What is needed here is an exact repetition of the records below, beginning at the line that has "f 424 423 422" and stopping after the line that has "f 393 440 447".
▼
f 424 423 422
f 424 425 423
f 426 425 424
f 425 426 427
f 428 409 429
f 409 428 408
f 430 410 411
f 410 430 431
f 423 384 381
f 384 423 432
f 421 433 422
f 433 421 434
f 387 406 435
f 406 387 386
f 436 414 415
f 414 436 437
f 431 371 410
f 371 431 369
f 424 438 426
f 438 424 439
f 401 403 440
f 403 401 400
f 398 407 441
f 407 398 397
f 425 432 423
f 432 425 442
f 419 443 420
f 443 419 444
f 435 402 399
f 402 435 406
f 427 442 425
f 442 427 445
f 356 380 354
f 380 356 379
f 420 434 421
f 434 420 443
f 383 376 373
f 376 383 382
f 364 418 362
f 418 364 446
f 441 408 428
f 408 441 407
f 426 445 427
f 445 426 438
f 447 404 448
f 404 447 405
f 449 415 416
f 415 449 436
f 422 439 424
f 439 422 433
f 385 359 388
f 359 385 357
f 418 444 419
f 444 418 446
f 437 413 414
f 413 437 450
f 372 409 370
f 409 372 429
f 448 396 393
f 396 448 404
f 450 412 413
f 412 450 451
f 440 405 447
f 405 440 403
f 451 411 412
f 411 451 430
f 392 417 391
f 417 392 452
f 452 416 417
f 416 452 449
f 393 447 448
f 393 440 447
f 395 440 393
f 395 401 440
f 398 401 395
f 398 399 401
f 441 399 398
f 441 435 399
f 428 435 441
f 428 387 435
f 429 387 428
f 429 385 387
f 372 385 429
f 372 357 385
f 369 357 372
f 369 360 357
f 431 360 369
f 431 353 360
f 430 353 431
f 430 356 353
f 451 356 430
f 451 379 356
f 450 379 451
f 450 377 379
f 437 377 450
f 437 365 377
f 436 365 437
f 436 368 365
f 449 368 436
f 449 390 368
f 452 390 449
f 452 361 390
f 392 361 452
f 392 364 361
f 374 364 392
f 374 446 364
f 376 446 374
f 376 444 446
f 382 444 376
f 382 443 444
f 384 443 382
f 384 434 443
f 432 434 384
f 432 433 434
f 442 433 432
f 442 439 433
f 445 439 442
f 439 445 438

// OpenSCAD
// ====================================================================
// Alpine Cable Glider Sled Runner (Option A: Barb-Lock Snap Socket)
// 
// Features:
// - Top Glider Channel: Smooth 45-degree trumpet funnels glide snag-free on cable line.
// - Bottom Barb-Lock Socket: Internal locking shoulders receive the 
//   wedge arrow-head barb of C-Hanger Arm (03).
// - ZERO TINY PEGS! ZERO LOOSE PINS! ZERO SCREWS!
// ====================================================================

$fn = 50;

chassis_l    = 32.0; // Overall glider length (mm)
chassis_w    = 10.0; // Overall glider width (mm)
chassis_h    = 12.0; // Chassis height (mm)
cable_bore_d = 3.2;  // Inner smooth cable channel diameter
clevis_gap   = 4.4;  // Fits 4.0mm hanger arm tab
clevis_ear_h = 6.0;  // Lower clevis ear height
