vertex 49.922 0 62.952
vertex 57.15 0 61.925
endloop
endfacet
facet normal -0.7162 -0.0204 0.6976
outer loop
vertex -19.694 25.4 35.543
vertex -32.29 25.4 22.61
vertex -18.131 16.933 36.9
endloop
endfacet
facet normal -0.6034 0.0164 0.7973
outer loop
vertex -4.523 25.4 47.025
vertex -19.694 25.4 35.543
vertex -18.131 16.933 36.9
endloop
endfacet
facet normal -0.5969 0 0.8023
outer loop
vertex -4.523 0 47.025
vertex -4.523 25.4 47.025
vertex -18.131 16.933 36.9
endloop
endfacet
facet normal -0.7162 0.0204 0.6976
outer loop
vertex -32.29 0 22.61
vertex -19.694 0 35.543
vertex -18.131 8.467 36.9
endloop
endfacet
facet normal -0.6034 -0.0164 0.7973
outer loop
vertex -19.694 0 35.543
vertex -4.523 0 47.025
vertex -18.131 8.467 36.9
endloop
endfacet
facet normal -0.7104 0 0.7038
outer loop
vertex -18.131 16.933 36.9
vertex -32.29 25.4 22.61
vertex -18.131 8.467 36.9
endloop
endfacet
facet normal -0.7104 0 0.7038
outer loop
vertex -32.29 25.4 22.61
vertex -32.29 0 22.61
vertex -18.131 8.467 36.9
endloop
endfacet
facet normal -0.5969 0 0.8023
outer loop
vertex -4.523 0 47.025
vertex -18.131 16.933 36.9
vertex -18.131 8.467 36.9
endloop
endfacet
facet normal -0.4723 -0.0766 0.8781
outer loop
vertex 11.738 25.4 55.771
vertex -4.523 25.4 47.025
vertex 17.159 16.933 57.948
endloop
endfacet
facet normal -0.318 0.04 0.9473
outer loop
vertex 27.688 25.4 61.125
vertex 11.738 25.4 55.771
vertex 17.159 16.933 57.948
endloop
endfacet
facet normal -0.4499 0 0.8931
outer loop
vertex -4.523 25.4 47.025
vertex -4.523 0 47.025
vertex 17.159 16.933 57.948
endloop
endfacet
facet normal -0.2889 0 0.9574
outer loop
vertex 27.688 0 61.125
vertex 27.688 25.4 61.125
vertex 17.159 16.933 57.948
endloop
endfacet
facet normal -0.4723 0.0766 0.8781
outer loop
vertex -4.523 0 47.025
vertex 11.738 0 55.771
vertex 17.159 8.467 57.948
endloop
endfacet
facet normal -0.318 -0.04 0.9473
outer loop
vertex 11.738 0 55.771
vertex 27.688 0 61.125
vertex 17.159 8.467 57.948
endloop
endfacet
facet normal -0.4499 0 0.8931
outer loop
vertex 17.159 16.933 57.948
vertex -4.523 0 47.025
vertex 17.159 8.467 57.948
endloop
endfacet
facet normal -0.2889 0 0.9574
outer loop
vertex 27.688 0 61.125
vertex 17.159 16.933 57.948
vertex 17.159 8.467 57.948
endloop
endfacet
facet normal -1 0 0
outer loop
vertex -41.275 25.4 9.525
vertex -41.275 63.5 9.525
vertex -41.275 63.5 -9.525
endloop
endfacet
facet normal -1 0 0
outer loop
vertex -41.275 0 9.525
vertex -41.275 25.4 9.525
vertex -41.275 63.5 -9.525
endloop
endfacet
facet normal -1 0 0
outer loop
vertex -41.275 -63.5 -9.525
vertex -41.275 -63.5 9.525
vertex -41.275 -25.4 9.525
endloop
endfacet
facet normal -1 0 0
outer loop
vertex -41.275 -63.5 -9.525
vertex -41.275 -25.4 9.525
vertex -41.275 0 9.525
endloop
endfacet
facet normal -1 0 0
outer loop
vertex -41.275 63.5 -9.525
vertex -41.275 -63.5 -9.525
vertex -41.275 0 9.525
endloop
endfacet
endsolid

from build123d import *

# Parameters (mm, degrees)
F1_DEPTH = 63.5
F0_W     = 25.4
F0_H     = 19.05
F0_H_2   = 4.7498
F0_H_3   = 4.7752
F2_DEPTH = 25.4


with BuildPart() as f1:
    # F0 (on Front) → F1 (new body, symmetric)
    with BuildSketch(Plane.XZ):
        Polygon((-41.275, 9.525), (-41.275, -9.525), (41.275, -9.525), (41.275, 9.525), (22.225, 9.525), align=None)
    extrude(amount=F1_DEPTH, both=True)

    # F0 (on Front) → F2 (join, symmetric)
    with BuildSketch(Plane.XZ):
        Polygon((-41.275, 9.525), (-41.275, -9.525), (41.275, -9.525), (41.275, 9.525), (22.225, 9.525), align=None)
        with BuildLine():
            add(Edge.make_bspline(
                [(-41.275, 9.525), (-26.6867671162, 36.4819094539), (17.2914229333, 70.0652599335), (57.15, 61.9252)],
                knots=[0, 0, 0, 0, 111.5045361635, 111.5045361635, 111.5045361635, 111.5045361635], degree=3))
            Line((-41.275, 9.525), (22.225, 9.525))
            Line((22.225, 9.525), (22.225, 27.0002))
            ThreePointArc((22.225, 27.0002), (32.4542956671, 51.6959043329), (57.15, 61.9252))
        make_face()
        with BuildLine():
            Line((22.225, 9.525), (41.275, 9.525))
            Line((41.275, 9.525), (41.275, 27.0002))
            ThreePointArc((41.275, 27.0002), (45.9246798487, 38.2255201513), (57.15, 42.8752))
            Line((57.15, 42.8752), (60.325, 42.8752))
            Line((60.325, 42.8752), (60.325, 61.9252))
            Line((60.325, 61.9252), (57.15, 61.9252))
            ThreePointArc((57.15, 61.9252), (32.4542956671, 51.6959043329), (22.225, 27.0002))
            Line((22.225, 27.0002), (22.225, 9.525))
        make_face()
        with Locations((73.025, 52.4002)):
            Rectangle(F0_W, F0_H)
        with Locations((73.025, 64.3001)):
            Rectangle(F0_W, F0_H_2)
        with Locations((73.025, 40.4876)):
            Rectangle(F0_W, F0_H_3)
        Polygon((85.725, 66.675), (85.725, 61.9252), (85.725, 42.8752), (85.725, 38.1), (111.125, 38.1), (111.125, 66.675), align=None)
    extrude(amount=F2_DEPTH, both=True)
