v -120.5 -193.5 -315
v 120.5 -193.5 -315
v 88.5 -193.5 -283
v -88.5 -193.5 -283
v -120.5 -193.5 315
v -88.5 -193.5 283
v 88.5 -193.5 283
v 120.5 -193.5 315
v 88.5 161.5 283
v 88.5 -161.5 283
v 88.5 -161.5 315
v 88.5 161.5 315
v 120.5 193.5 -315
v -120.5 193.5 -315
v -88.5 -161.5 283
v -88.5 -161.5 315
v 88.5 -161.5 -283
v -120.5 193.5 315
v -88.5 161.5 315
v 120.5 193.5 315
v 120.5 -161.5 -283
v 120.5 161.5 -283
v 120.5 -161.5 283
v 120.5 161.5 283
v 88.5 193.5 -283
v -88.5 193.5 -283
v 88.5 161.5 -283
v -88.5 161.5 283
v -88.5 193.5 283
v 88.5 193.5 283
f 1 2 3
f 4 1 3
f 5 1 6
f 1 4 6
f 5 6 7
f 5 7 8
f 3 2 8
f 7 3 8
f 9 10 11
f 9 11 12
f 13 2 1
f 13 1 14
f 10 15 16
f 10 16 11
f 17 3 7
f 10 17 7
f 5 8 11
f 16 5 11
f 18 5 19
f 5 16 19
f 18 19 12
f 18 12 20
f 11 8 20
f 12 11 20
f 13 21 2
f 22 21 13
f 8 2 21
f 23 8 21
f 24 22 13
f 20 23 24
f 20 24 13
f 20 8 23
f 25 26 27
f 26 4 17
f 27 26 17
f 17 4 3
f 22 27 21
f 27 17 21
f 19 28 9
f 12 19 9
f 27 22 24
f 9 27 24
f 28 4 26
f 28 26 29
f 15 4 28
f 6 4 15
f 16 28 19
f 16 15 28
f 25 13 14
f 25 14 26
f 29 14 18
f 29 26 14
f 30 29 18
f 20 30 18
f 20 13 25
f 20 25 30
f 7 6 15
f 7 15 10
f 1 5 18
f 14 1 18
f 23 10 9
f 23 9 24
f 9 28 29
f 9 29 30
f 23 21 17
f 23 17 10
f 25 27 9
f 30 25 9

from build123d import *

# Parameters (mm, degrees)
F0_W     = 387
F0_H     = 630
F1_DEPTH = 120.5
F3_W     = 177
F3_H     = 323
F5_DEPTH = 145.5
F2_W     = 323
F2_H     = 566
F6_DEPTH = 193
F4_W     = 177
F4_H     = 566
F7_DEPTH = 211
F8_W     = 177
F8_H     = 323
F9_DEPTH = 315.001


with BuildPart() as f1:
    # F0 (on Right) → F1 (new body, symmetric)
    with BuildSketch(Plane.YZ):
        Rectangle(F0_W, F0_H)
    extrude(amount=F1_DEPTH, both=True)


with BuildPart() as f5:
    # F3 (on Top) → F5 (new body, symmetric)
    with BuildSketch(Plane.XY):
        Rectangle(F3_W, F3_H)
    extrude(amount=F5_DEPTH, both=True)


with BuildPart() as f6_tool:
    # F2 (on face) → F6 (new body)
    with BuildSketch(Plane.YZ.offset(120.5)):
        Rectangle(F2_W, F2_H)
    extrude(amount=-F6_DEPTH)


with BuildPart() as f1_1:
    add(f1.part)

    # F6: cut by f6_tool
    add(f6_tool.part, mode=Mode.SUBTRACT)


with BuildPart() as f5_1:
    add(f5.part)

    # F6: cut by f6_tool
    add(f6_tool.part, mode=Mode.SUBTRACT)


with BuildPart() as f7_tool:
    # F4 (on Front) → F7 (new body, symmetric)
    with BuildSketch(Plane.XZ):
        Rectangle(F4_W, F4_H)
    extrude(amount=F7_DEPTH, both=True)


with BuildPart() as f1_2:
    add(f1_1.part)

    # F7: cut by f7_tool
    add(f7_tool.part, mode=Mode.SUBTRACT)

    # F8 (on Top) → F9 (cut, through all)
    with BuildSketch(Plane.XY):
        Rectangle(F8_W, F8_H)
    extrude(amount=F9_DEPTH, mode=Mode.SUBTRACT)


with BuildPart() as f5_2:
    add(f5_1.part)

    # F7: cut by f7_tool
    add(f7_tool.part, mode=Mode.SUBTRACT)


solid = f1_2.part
▲
▼
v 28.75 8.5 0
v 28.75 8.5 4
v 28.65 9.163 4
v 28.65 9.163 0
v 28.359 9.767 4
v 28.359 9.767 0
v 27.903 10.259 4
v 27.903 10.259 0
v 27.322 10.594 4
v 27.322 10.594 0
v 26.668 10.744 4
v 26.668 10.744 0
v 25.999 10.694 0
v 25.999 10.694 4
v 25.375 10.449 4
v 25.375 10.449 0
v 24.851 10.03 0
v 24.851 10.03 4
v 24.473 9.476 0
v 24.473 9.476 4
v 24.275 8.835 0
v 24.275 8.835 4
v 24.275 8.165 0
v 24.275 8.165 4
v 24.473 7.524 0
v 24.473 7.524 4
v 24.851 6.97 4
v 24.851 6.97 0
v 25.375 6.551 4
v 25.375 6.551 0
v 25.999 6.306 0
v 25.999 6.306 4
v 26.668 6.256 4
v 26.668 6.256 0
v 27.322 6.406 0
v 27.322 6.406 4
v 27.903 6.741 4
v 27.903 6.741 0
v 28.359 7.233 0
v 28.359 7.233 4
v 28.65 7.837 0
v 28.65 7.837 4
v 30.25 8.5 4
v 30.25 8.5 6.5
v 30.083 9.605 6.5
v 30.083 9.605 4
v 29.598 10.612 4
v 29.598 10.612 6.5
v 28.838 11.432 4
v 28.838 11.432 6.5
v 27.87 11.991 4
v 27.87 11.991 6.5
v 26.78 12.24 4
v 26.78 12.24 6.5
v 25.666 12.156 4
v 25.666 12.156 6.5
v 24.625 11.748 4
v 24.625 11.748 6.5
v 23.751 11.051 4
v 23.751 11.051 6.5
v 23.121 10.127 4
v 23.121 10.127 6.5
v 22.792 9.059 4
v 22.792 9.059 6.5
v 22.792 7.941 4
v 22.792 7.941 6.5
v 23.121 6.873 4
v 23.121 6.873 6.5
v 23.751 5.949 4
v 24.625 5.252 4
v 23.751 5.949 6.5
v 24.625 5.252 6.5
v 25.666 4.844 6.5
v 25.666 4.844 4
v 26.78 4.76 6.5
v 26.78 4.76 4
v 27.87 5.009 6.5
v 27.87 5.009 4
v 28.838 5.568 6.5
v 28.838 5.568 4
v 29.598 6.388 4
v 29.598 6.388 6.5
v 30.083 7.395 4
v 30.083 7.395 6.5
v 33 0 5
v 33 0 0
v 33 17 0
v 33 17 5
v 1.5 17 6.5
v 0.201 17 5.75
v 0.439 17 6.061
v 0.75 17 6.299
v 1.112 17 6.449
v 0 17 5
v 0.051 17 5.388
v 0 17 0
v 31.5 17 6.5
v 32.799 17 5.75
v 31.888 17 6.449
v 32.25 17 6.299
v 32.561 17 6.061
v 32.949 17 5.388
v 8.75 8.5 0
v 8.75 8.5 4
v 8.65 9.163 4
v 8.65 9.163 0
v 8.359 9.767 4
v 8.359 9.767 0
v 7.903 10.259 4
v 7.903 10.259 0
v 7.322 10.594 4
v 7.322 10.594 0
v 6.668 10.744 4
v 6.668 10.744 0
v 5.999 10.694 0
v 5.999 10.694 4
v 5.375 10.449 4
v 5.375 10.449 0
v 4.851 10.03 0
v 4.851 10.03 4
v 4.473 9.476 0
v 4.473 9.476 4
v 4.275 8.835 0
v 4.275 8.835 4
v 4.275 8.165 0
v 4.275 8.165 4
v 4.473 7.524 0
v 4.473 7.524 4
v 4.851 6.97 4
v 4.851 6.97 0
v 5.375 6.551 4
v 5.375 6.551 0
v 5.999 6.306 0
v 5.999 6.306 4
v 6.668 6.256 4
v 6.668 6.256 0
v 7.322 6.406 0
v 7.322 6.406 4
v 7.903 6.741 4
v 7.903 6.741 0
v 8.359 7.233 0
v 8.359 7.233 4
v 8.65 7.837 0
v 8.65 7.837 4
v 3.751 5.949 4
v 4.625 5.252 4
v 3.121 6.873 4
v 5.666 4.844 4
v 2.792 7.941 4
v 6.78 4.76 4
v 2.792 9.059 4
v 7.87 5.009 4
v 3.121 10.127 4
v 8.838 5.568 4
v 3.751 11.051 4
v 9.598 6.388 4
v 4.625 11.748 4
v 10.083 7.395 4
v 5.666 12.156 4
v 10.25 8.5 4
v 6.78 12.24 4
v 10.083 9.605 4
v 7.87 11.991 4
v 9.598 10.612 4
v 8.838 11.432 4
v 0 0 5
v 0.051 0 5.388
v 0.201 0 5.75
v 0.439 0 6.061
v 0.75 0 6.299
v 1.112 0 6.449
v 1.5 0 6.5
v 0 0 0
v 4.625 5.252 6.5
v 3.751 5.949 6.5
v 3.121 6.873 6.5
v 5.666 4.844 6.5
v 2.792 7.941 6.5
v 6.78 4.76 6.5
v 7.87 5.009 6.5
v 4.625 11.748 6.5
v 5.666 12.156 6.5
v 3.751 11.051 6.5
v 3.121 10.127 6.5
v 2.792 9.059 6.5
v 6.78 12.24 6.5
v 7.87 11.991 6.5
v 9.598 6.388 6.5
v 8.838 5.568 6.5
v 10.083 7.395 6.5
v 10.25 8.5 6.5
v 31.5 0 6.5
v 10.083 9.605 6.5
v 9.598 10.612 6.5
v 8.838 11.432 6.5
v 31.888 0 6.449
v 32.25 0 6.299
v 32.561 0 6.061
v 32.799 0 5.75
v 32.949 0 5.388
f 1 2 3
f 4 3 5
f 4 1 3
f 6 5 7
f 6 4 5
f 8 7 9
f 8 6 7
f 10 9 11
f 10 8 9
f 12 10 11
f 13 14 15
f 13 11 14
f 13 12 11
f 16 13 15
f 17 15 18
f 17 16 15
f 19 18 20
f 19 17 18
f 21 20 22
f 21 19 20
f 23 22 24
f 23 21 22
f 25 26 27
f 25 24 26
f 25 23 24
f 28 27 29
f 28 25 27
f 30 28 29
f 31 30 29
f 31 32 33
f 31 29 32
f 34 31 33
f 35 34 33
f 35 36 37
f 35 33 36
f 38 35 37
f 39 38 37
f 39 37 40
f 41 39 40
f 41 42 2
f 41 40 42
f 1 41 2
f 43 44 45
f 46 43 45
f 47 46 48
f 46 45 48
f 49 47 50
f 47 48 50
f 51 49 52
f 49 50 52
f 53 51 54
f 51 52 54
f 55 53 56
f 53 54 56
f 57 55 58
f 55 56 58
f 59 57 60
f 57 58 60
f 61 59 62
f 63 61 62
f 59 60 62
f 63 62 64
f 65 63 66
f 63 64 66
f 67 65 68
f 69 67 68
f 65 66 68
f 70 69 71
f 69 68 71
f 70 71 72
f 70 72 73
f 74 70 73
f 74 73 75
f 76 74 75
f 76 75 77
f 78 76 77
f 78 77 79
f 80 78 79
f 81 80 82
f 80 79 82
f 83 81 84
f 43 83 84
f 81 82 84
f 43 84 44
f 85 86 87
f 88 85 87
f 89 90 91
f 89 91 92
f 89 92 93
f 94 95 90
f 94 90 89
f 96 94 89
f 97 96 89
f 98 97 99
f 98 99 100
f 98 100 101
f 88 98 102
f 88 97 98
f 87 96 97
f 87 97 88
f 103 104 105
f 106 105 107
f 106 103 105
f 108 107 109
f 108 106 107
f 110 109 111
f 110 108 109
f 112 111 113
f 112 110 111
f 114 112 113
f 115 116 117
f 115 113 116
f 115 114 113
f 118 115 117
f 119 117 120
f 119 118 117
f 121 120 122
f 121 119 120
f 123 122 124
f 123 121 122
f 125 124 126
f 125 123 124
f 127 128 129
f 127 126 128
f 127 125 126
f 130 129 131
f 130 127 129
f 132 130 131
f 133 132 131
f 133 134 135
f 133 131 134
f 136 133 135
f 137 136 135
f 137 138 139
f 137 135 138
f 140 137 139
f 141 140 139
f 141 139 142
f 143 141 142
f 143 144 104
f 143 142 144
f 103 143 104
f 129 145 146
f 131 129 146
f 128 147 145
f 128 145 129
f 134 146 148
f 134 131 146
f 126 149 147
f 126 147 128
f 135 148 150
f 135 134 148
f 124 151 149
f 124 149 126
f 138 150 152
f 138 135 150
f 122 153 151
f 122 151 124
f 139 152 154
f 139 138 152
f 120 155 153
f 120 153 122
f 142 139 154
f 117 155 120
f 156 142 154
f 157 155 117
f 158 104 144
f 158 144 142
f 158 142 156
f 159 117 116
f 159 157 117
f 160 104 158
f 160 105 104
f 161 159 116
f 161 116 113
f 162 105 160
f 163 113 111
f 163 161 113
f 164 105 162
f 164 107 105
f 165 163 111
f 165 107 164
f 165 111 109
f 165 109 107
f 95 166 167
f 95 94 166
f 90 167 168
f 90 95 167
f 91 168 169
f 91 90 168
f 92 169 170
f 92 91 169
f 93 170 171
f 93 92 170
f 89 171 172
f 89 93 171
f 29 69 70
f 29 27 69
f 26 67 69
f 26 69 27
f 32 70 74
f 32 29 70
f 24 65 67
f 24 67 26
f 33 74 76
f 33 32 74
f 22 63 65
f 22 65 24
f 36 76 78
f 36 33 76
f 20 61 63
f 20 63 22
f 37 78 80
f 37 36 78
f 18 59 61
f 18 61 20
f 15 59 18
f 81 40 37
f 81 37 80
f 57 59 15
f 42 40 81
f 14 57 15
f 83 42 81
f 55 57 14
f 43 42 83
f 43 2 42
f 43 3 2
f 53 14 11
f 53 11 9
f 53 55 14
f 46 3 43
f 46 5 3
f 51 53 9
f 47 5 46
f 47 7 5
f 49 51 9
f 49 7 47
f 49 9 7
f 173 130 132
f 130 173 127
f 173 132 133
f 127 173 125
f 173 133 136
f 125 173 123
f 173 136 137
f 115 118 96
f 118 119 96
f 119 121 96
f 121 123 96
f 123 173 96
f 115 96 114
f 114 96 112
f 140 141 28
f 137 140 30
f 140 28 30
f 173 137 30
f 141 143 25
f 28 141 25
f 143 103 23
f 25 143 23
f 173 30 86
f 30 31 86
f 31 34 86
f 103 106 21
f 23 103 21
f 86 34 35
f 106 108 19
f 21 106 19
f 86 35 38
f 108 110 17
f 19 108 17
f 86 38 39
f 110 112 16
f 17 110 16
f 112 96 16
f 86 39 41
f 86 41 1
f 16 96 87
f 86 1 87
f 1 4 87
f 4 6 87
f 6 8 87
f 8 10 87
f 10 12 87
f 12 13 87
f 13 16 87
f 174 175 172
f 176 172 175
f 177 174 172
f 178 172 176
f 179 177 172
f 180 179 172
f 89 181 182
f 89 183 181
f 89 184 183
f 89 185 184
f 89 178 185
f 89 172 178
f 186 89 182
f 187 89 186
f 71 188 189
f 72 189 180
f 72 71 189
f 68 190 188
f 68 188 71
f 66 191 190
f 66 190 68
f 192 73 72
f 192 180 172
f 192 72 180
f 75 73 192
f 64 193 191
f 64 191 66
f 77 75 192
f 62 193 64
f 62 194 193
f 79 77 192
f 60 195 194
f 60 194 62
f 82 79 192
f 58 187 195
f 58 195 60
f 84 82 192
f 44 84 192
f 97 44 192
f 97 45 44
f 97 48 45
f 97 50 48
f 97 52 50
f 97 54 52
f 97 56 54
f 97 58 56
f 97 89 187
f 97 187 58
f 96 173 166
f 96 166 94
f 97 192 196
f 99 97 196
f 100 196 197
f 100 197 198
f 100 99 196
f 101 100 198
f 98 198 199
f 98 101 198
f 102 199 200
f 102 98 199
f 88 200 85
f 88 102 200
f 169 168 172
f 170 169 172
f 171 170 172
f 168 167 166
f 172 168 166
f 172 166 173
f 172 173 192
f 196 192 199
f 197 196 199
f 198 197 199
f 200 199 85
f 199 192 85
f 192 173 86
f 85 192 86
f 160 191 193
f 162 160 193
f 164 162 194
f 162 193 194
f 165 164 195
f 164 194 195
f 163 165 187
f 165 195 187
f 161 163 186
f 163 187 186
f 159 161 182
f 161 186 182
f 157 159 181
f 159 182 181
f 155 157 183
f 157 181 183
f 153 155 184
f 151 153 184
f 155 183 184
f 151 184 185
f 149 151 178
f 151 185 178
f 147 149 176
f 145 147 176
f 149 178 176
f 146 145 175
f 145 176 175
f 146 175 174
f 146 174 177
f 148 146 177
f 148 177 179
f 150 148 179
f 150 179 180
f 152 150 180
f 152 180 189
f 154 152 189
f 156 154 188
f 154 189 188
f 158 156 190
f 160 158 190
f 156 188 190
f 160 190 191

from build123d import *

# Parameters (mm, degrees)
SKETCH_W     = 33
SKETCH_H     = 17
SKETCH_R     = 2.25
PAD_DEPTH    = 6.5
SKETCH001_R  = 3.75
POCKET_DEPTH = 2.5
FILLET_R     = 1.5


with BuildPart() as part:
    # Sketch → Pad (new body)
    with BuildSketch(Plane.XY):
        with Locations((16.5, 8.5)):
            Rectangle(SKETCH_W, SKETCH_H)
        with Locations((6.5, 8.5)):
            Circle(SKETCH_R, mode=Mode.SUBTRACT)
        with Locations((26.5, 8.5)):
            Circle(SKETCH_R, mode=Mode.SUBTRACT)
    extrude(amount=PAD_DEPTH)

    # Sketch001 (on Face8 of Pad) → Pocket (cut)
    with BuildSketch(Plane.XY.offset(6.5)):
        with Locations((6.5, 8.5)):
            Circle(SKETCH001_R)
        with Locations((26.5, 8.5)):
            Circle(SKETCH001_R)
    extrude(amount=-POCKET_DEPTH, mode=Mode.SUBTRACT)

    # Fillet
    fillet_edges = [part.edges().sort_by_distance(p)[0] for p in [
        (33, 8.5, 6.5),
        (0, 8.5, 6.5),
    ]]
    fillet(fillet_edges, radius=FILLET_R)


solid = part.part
▲
> _RESULT_
f 424 423 422
f 424 425 423
f 426 425 424
f 425 426 427
f 428 409 429
f 409 428 408
f 430 410 411
f 410 430 431
f 423 384 381
f 384 423 432
f 421 433 422
f 433 421 434
f 387 406 435
f 406 387 386
f 436 414 415
f 414 436 437
f 431 371 410
f 371 431 369
f 424 438 426
f 438 424 439
f 401 403 440
f 403 401 400
f 398 407 441
f 407 398 397
f 425 432 423
f 432 425 442
f 419 443 420
f 443 419 444
f 435 402 399
f 402 435 406
f 427 442 425
f 442 427 445
f 356 380 354
f 380 356 379
f 420 434 421
f 434 420 443
f 383 376 373
f 376 383 382
f 364 418 362
f 418 364 446
f 441 408 428
f 408 441 407
f 426 445 427
f 445 426 438
f 447 404 448
f 404 447 405
f 449 415 416
f 415 449 436
f 422 439 424
f 439 422 433
f 385 359 388
f 359 385 357
f 418 444 419
f 444 418 446
f 437 413 414
f 413 437 450
f 372 409 370
f 409 372 429
f 448 396 393
f 396 448 404
f 450 412 413
f 412 450 451
f 440 405 447
f 405 440 403
f 451 411 412
f 411 451 430
f 392 417 391
f 417 392 452
f 452 416 417
f 416 452 449
f 393 447 448
f 393 440 447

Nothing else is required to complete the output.